Разбудив сторожа и хорошо заплатив ему, Байрон повел своих спутников при свете факелов по узкой, мраморной лестнице, и когда нога поднималась на трехсотую ступень, он уже кончал свою молниеносную и вдохновенную повесть о старинном итальянце Каструччио Кастраканти, которого назвал «Наполеоном средних веков». Затем, уже на кровле, он тихим голосом, почти шепотом, стал выспрашивать Бейля о характере Бонапарта, допытываясь осторожно мнения Бейля о том, как отнеслась бы Франция к возвращению Наполеона с острова святой Елены.
Бейль
Равновесие настроений собеседников выработалось не сразу. Сначала некоторые чересчур сгущенные описания московского отступления, сделанные Бейлем, погасили пытливый огонь и внимательность Байрона. Но когда рассказы Бейля сделались сухими, реплики холодными, почти едкими, Байрон сам начал быстро говорить. Он восхищался республиканской доблестью двадцатишестилетнего Бонапарта, вошедшего в Италию через Альпы. Он отмечал то доверие, с которым итальянцы встречали Бонапарта, его ум и тот блеск, с которым он умел ответить итальянцам города Брешии на их пламенные уверения о том, что итальянцы больше всего любят свою свободу. Бонапарт, прощаясь с брешианцами у ворот города, ядовито заметил: «Да, итальянцы больше всего любят говорить об освобождении родины со своими любовницами». На это Бейль заметил:
– Ставши императором, Наполеон не прекратил грабежей. Итальянские женщины в городах и крестьяне в деревнях знают, что такое наша армия, так как со времен Алариха [99] Рим ни разу не подвергался такому разграблению.

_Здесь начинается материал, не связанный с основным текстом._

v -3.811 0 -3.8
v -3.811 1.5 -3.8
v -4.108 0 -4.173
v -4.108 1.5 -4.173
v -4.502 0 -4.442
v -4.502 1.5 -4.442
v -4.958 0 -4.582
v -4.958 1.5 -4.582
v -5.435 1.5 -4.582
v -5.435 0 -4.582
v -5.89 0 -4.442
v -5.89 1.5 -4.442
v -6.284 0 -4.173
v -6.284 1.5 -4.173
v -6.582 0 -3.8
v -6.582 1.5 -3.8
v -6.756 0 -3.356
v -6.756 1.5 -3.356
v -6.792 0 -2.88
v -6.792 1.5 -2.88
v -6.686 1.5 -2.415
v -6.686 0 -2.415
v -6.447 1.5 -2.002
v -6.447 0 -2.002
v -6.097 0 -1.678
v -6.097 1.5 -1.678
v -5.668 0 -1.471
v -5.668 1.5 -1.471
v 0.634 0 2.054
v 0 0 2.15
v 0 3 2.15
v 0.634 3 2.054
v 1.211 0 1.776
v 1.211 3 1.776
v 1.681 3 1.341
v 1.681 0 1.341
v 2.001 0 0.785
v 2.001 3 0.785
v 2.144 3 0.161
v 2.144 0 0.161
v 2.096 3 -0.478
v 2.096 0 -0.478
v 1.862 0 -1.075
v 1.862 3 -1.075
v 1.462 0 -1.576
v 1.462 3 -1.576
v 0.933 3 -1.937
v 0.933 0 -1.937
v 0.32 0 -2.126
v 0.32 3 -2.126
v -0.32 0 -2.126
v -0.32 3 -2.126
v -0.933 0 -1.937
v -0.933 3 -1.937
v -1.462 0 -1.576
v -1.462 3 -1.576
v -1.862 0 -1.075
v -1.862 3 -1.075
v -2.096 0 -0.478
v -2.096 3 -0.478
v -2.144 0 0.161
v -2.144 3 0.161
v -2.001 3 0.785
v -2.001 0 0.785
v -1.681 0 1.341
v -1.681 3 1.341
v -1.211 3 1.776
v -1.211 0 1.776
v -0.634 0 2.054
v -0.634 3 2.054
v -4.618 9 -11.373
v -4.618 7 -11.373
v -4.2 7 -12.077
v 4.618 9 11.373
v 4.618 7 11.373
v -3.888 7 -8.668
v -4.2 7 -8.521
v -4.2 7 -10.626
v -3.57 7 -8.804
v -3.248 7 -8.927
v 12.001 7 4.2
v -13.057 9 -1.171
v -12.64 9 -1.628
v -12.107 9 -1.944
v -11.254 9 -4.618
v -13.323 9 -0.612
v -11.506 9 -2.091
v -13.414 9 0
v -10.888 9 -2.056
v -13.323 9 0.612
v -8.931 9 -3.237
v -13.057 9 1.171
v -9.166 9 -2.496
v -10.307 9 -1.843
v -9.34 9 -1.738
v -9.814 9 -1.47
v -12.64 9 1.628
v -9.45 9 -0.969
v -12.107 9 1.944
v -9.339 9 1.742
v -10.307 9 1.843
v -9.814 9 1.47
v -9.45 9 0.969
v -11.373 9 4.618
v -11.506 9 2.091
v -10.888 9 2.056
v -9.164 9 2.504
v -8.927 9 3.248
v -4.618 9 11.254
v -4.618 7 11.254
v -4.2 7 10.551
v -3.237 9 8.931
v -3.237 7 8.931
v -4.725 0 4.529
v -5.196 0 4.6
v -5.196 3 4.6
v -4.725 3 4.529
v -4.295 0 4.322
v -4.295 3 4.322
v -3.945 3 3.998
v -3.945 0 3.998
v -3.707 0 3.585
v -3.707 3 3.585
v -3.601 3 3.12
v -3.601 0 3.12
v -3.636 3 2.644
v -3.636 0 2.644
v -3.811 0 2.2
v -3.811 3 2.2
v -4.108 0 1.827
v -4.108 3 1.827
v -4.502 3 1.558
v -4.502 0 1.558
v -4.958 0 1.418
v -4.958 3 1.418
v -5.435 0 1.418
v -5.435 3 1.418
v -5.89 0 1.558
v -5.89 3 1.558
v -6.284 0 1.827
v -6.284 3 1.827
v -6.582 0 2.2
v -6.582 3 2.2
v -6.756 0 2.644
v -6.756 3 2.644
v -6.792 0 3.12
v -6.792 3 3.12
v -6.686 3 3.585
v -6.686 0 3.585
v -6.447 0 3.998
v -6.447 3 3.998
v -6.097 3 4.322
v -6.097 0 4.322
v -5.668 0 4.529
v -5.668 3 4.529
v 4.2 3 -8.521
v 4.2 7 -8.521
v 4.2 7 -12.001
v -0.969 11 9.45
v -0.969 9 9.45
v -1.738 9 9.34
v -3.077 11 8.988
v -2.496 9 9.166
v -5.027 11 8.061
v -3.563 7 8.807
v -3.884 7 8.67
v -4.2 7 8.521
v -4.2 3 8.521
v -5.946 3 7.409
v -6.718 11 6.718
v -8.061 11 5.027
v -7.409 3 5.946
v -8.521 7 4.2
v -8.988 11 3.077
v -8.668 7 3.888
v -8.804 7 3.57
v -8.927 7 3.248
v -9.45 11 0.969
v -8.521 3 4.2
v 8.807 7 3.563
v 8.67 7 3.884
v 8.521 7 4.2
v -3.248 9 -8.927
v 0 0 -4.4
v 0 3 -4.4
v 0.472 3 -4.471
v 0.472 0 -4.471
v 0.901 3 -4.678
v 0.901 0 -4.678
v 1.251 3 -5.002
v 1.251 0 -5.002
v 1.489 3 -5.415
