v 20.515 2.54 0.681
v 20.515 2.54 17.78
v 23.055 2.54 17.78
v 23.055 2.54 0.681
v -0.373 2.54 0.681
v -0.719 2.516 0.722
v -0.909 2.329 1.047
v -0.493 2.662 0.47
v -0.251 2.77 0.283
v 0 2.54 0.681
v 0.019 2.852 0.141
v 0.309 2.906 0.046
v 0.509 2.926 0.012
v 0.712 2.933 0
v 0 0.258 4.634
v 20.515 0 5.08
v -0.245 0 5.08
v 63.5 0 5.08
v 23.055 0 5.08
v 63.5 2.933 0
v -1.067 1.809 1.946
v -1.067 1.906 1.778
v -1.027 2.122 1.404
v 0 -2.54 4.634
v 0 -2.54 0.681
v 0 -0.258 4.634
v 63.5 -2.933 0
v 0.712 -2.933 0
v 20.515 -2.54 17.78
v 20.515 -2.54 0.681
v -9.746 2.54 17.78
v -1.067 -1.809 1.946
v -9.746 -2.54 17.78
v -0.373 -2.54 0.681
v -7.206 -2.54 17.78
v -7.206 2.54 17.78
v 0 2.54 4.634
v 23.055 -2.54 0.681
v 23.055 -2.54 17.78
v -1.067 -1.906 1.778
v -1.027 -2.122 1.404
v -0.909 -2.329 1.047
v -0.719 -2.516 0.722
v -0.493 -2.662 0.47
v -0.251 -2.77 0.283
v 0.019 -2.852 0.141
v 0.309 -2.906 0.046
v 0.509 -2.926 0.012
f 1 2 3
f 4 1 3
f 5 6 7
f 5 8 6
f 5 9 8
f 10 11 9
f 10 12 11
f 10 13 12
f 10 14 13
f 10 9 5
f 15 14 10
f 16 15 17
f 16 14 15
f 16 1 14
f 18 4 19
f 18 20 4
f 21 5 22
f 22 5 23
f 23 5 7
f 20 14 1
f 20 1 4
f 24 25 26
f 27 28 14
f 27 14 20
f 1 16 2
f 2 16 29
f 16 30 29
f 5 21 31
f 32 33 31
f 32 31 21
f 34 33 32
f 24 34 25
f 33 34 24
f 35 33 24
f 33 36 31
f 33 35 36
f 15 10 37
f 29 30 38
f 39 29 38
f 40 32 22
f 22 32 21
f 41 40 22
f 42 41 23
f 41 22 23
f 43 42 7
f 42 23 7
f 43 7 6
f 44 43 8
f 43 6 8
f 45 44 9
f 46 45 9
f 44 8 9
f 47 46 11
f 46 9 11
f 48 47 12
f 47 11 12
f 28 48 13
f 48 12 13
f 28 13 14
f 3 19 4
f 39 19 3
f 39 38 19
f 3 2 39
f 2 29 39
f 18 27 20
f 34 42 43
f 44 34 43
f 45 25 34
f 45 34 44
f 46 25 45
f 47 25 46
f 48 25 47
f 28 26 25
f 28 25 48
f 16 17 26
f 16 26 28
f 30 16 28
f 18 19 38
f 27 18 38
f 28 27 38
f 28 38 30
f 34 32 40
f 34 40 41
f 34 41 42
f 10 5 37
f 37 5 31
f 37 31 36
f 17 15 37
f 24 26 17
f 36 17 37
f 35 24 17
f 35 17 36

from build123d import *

# Parameters (mm, degrees)
F1_DEPTH      = 63.5
F1_DEPTH_BACK = 1.0668
F2_W          = 2.54
F2_H          = 17.78
F3_DEPTH      = 2.54
F4_DEPTH      = 2.54
F5_R          = 1.77830971


# Not quite as in the source:
# - a feature names something its author has since deleted; it is built from what else it names


with BuildPart() as f1:
    # F0 (on Right) → F1 (new body, two sides)
    with BuildSketch(Plane.YZ) as f1_sk:
        Polygon((2.9329393675, 0), (0, 5.08), (-2.9329393675, 0), align=None)
    extrude(amount=F1_DEPTH)
    extrude(f1_sk.sketch, amount=-F1_DEPTH_BACK)

    # F2 (on Front) → F3 (join, symmetric)
    with BuildSketch(Plane.XZ):
        with Locations((21.7847247761, 8.89)):
            Rectangle(F2_W, F2_H)
    extrude(amount=F3_DEPTH, both=True)

    # F2 (on Front) → F4 (join, symmetric)
    with BuildSketch(Plane.XZ):
        Polygon((-9.746064432, 17.78), (0, 0), (0, 4.6337883681), (-7.206064432, 17.78), align=None)
    extrude(amount=F4_DEPTH, both=True)

    # F5
    f5_edges = [f1.edges().sort_by_distance(p)[0] for p in [
        (-1.0668, 0, 0),
    ]]
    fillet(f5_edges, radius=F5_R)


solid = f1.part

Байрон восторгался тем, что Бонапарт вывез из Франции целый полк ученых исследователей, археологов, искусствоведов, которые, как никогда, двинули Европу на путь изучения итальянских сокровищ.
– Только француз, – заметил он, – может сейчас написать историю живописи Италии. Бонапарт возродил времена римских героев. Подобно Аппию Клавдию и Фламинию, он избороздил Италию шоссейными дорогами, которых страна не знала со времен древнего Ганнибала. [100]
99
Со времен Алариха. – Аларих I (376—410) – король вестготов с 395 года. В 400 году вторгся в Италию. В 410 году овладел Римом и разграбил его.
100
Подобно Аппию Клавдию и Фламинию, он избороздил Италию шоссейными дорогами, которых страна не знала со времен древнего Ганнибала. – Имеется в виду устройство в 305 году до н.э. цензором Аппием Клавдием, в целях закрепления вновь завоеванных провинций, дороги из Рима в Капую («Аппиева дорога»), сыгравшей впоследствии значительную роль в развитии торговых сношений и сохранившейся до наших дней, а также постройка по предложению трибуна Кая Фламиния стратегически важной дороги из Рима к реке По в период подготовки второй Пунической войны (218—201 до н. э.).
Бейль ответил:
– Французские буржуа и артиллерийские офицеры на этот раз оказались одинаково заинтересованными в хорошей дороге. Ваш новый Фламиний – хороший торгаш, имевший в авангарде пушки, а в ариергарде – негоциантские обозы. А что касается изящных искусств, то помните, что Парма, Модена, Болонья, Феррара отдали Бонапарту все свои старые картины и рукописи под угрозой штыков вместе с десятками миллионов франков контрибуции.
– Не станете же вы отрицать, – говорил Байрон, – что в год наполеоновского владычества Ломбардия и Милан платили французам ровно вдвое меньше, чем платят теперь австрийцам?